▸ **THE PROBLEM**
Identify each line in the records below that contains the word "contours", and copy it.

SUPPLIED MATERIAL Block Start

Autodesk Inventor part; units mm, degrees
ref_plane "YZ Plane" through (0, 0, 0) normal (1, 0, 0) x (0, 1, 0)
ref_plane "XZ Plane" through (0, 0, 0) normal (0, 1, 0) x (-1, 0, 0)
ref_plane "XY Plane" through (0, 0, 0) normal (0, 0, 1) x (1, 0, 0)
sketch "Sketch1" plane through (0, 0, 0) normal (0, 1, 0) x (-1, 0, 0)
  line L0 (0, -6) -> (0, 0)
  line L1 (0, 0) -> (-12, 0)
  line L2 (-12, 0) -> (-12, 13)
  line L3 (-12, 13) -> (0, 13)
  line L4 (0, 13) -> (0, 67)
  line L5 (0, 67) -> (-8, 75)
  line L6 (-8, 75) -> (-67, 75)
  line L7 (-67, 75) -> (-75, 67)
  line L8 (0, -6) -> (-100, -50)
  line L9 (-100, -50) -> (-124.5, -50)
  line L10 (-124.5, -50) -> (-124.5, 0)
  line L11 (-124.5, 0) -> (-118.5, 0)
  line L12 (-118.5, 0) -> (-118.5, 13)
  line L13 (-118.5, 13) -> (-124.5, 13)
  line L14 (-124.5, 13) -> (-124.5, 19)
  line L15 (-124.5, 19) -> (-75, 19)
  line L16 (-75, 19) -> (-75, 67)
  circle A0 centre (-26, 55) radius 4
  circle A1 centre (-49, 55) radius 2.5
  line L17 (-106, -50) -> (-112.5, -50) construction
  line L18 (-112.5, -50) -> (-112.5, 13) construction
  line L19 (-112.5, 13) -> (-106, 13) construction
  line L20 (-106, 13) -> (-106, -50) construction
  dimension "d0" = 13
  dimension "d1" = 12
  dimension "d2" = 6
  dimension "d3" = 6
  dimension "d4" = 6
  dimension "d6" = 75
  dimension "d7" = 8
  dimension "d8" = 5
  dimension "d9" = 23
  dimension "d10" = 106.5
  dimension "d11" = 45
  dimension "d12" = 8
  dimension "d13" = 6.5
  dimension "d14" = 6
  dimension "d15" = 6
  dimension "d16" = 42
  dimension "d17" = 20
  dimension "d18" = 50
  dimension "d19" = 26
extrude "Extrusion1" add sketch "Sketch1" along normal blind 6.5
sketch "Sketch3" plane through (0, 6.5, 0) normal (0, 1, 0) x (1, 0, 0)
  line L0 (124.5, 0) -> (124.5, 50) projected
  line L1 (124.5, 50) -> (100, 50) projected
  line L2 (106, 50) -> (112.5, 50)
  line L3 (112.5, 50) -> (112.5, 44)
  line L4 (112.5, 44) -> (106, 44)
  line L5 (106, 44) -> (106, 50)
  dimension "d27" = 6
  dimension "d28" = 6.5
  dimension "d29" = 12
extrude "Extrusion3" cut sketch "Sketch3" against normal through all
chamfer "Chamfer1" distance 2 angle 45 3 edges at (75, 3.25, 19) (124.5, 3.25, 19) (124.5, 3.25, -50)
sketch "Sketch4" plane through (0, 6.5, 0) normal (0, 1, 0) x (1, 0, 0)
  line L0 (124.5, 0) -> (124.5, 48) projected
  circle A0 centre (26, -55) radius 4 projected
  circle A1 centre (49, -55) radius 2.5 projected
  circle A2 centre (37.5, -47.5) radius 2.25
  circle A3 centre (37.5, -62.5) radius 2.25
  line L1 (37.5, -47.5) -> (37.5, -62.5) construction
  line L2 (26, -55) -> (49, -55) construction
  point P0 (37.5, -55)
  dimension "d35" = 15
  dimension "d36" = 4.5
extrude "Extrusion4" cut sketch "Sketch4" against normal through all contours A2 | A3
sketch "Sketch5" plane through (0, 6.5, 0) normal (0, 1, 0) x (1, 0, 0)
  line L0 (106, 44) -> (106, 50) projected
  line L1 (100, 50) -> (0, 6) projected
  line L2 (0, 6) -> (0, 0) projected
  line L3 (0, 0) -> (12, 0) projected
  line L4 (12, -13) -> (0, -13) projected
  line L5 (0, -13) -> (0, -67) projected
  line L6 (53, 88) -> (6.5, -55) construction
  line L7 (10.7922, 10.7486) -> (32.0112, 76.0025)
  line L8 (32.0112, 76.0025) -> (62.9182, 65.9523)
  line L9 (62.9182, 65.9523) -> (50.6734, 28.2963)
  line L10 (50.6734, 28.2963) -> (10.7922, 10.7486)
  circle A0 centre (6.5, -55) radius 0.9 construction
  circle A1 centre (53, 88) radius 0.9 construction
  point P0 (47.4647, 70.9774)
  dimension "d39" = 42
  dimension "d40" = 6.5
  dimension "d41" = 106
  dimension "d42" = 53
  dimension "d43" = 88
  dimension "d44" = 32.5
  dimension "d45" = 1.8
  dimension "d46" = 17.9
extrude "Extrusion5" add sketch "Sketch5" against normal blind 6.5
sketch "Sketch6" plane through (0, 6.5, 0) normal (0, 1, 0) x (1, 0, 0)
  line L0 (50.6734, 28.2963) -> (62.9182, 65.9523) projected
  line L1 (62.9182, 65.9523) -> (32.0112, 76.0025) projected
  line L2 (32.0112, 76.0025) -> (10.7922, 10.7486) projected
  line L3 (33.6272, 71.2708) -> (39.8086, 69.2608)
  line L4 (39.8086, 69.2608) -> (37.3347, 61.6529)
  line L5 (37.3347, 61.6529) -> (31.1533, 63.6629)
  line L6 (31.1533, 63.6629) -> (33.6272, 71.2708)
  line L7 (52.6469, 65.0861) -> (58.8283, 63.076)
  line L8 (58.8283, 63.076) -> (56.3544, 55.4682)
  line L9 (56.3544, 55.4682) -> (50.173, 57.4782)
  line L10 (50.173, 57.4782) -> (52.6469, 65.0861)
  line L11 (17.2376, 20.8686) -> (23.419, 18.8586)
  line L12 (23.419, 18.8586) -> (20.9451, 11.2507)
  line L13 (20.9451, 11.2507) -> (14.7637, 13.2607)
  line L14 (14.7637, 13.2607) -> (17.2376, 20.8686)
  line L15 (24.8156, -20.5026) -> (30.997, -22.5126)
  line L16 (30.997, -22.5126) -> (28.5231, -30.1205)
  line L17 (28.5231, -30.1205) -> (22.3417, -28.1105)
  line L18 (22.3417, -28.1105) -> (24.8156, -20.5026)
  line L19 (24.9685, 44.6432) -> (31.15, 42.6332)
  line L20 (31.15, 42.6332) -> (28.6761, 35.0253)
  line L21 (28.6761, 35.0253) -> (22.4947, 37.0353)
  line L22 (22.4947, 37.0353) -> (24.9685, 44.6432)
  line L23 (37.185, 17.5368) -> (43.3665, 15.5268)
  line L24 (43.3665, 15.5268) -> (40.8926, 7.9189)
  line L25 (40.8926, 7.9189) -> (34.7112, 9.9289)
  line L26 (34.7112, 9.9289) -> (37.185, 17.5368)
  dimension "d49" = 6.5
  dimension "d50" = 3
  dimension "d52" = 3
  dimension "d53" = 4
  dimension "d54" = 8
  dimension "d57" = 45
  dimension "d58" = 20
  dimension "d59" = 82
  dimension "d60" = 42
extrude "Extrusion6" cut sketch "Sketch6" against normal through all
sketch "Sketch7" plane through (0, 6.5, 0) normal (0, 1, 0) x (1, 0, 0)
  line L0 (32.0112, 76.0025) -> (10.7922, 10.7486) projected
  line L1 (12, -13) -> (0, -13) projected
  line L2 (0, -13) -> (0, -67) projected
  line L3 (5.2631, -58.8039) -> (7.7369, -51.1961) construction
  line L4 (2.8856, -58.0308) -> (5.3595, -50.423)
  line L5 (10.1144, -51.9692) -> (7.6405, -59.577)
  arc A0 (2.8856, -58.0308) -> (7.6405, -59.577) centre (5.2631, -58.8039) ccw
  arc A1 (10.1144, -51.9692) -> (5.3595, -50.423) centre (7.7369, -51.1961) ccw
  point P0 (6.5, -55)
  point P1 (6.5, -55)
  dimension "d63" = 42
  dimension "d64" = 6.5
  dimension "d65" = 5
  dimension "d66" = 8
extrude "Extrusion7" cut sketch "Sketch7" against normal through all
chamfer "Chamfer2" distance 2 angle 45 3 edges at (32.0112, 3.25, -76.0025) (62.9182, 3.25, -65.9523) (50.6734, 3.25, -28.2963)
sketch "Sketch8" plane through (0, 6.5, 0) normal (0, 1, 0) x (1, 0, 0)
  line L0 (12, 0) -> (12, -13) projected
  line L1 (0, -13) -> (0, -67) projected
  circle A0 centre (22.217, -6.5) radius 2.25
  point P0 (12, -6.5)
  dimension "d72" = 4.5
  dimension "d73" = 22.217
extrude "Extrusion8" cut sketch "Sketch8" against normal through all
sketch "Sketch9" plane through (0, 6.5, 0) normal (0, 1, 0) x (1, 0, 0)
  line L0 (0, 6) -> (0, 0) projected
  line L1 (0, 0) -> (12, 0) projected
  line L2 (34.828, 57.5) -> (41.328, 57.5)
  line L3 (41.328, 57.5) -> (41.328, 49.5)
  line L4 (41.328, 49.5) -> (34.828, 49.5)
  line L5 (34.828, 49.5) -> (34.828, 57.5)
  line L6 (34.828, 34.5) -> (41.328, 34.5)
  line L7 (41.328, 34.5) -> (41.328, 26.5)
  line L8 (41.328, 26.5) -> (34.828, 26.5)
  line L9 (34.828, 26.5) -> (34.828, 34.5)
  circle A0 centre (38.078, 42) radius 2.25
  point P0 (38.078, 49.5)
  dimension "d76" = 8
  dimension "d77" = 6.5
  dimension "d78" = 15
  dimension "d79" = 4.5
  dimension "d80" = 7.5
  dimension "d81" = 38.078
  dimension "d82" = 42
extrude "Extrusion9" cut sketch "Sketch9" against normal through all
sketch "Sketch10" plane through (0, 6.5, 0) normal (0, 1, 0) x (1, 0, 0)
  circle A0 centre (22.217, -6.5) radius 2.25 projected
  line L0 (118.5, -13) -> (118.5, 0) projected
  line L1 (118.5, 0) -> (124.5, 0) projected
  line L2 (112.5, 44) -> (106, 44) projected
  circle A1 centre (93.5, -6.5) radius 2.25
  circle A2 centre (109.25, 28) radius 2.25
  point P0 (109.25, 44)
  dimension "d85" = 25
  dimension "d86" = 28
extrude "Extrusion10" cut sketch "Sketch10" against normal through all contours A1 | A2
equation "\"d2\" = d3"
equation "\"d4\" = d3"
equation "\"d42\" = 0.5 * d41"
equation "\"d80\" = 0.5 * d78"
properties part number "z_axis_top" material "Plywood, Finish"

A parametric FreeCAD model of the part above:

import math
import FreeCAD as App
import Part
import Sketcher

V = App.Vector
Q = App.Units.Quantity


def edges_at(feature, points):
    """Names of the edges that pass closest to the given points."""
    edges = feature.Shape.Edges
    near = lambda p: min(range(len(edges)), key=lambda i: edges[i].distToShape(Part.Vertex(*p))[0])
    return sorted({f"Edge{near(p) + 1}" for p in points})


def add_polygon(sketch, points):
    """Adds a closed chain of lines whose ends are joined by coincident constraints."""
    first, n = sketch.GeometryCount, len(points)
    for a, b in zip(points, points[1:] + points[:1]):
        sketch.addGeometry(Part.LineSegment(App.Vector(*a, 0), App.Vector(*b, 0)), False)
    for i in range(n):
        sketch.addConstraint(Sketcher.Constraint("Coincident", first + i, 2, first + (i + 1) % n, 1))

doc = App.newDocument("Part")
body = doc.addObject("PartDesign::Body", "Body")

sketch1 = doc.addObject("Sketcher::SketchObject", "Sketch")
body.addObject(sketch1)
sketch1.AttachmentSupport = (doc.XZ_Plane, [""])
sketch1.MapMode = "FlatFace"
add_polygon(sketch1, [(100, -50), (0, -6), (0, 0), (12, 0), (12, 13), (0, 13), (0, 67), (8, 75), (67, 75), (75, 67), (75, 19), (124.5, 19), (124.5, 13), (118.5, 13), (118.5, 0), (124.5, 0), (124.5, -50)])
sketch1.addGeometry(Part.Circle(V(49, 55, 0), V(0, 0, 1), 2.5), False)
sketch1.addGeometry(Part.Circle(V(26, 55, 0), V(0, 0, 1), 4), False)
sketch1.addConstraint(Sketcher.Constraint("Vertical", 1))
sketch1.addConstraint(Sketcher.Constraint("Horizontal", 2))
sketch1.addConstraint(Sketcher.Constraint("Vertical", 3))
sketch1.addConstraint(Sketcher.Constraint("Horizontal", 4))
sketch1.addConstraint(Sketcher.Constraint("Vertical", 5))
sketch1.addConstraint(Sketcher.Constraint("Horizontal", 7))
sketch1.addConstraint(Sketcher.Constraint("Vertical", 9))
sketch1.addConstraint(Sketcher.Constraint("Horizontal", 10))
sketch1.addConstraint(Sketcher.Constraint("Vertical", 11))
sketch1.addConstraint(Sketcher.Constraint("Horizontal", 12))
sketch1.addConstraint(Sketcher.Constraint("Vertical", 13))
sketch1.addConstraint(Sketcher.Constraint("Horizontal", 14))
sketch1.addConstraint(Sketcher.Constraint("Vertical", 15))
sketch1.addConstraint(Sketcher.Constraint("Horizontal", 16))
sketch1.addConstraint(Sketcher.Constraint("Coincident", 1, 2, -1, 1))
sketch1.addConstraint(Sketcher.Constraint("PointOnObject", 4, 2, -2))
sketch1.addConstraint(Sketcher.Constraint("PointOnObject", 13, 2, -1))
sketch1.addConstraint(Sketcher.Constraint("Perpendicular", 6, 8))
sketch1.addConstraint(Sketcher.Constraint("Horizontal", 17, 3, 18, 3))
sketch1.addConstraint(Sketcher.Constraint("Horizontal", 5, 2, 8, 2))
sketch1.addConstraint(Sketcher.Constraint("Horizontal", 4, 2, 11, 2))
sketch1.addConstraint(Sketcher.Constraint("Vertical", 11, 2, 14, 2))
sketch1.addConstraint(Sketcher.Constraint("Equal", 14, 1))
sketch1.addConstraint(Sketcher.Constraint("Equal", 1, 11))
sketch1.addConstraint(Sketcher.Constraint("Equal", 6, 8))
sketch1.addConstraint(Sketcher.Constraint("Diameter", 17, Q("5 mm")))
sketch1.addConstraint(Sketcher.Constraint("Diameter", 18, Q("8 mm")))
sketch1.addConstraint(Sketcher.Constraint("DistanceX", 2, 1, 2, 2, Q("12 mm")))
sketch1.addConstraint(Sketcher.Constraint("DistanceX", 12, 2, 12, 1, Q("6 mm")))
sketch1.addConstraint(Sketcher.Constraint("DistanceY", 3, 1, 3, 2, Q("13 mm")))
sketch1.addConstraint(Sketcher.Constraint("DistanceY", 15, 2, 15, 1, Q("50 mm")))
sketch1.addConstraint(Sketcher.Constraint("DistanceX", -1, 1, 18, 3, Q("26 mm")))
sketch1.addConstraint(Sketcher.Constraint("DistanceX", -1, 1, 6, 2, Q("8 mm")))
sketch1.addConstraint(Sketcher.Constraint("DistanceY", -1, 1, 6, 2, Q("75 mm")))
sketch1.addConstraint(Sketcher.Constraint("DistanceX", -1, 1, 8, 2, Q("75 mm")))
sketch1.addConstraint(Sketcher.Constraint("DistanceX", 18, 3, 17, 3, Q("23 mm")))
sketch1.addConstraint(Sketcher.Constraint("DistanceY", 3, 2, 18, 3, Q("42 mm")))
sketch1.addConstraint(Sketcher.Constraint("DistanceX", 10, 1, 10, 2, Q("49.5 mm")))
sketch1.addConstraint(Sketcher.Constraint("DistanceX", 16, 2, 16, 1, Q("24.5 mm")))
pad1 = doc.addObject("PartDesign::Pad", "Pad")
body.addObject(pad1)
pad1.Profile = sketch1
pad1.Length = 6.5
pad1.Reversed = True

sketch2 = doc.addObject("Sketcher::SketchObject", "Sketch001")
body.addObject(sketch2)
sketch2.AttachmentSupport = (doc.XZ_Plane, [""])
sketch2.MapMode = "FlatFace"
sketch2.AttachmentOffset = App.Placement(V(0, 0, -6.5), App.Rotation())
add_polygon(sketch2, [(112.5, -44), (112.5, -50), (106, -50), (106, -44)])
sketch2.addConstraint(Sketcher.Constraint("Vertical", 0))
sketch2.addConstraint(Sketcher.Constraint("Horizontal", 1))
sketch2.addConstraint(Sketcher.Constraint("Vertical", 2))
sketch2.addConstraint(Sketcher.Constraint("Horizontal", 3))
sketch2.addConstraint(Sketcher.Constraint("DistanceY", 0, 2, 0, 1, Q("6 mm")))
sketch2.addConstraint(Sketcher.Constraint("DistanceX", 1, 2, 1, 1, Q("6.5 mm")))
sketch2.addConstraint(Sketcher.Constraint("DistanceY", 0, 2, -1, 1, Q("50 mm")))
sketch2.addConstraint(Sketcher.Constraint("DistanceX", -1, 1, 1, 2, Q("106 mm")))
pocket1 = doc.addObject("PartDesign::Pocket", "Pocket")
body.addObject(pocket1)
pocket1.Profile = sketch2
pocket1.Type = "ThroughAll"
pocket1.Reversed = True
doc.recompute()

chamfer = doc.addObject("PartDesign::Chamfer", "Chamfer")
body.addObject(chamfer)
chamfer.Base = (pocket1, edges_at(pocket1, [(75, 3.25, 19), (124.5, 3.25, 19), (124.5, 3.25, -50)]))
chamfer.Size = 2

SUPPLIED MATERIAL Block End

▸ **RESPONSE BOX**
extrude "Extrusion4" cut sketch "Sketch4" against normal through all contours A2 | A3
extrude "Extrusion10" cut sketch "Sketch10" against normal through all contours A1 | A2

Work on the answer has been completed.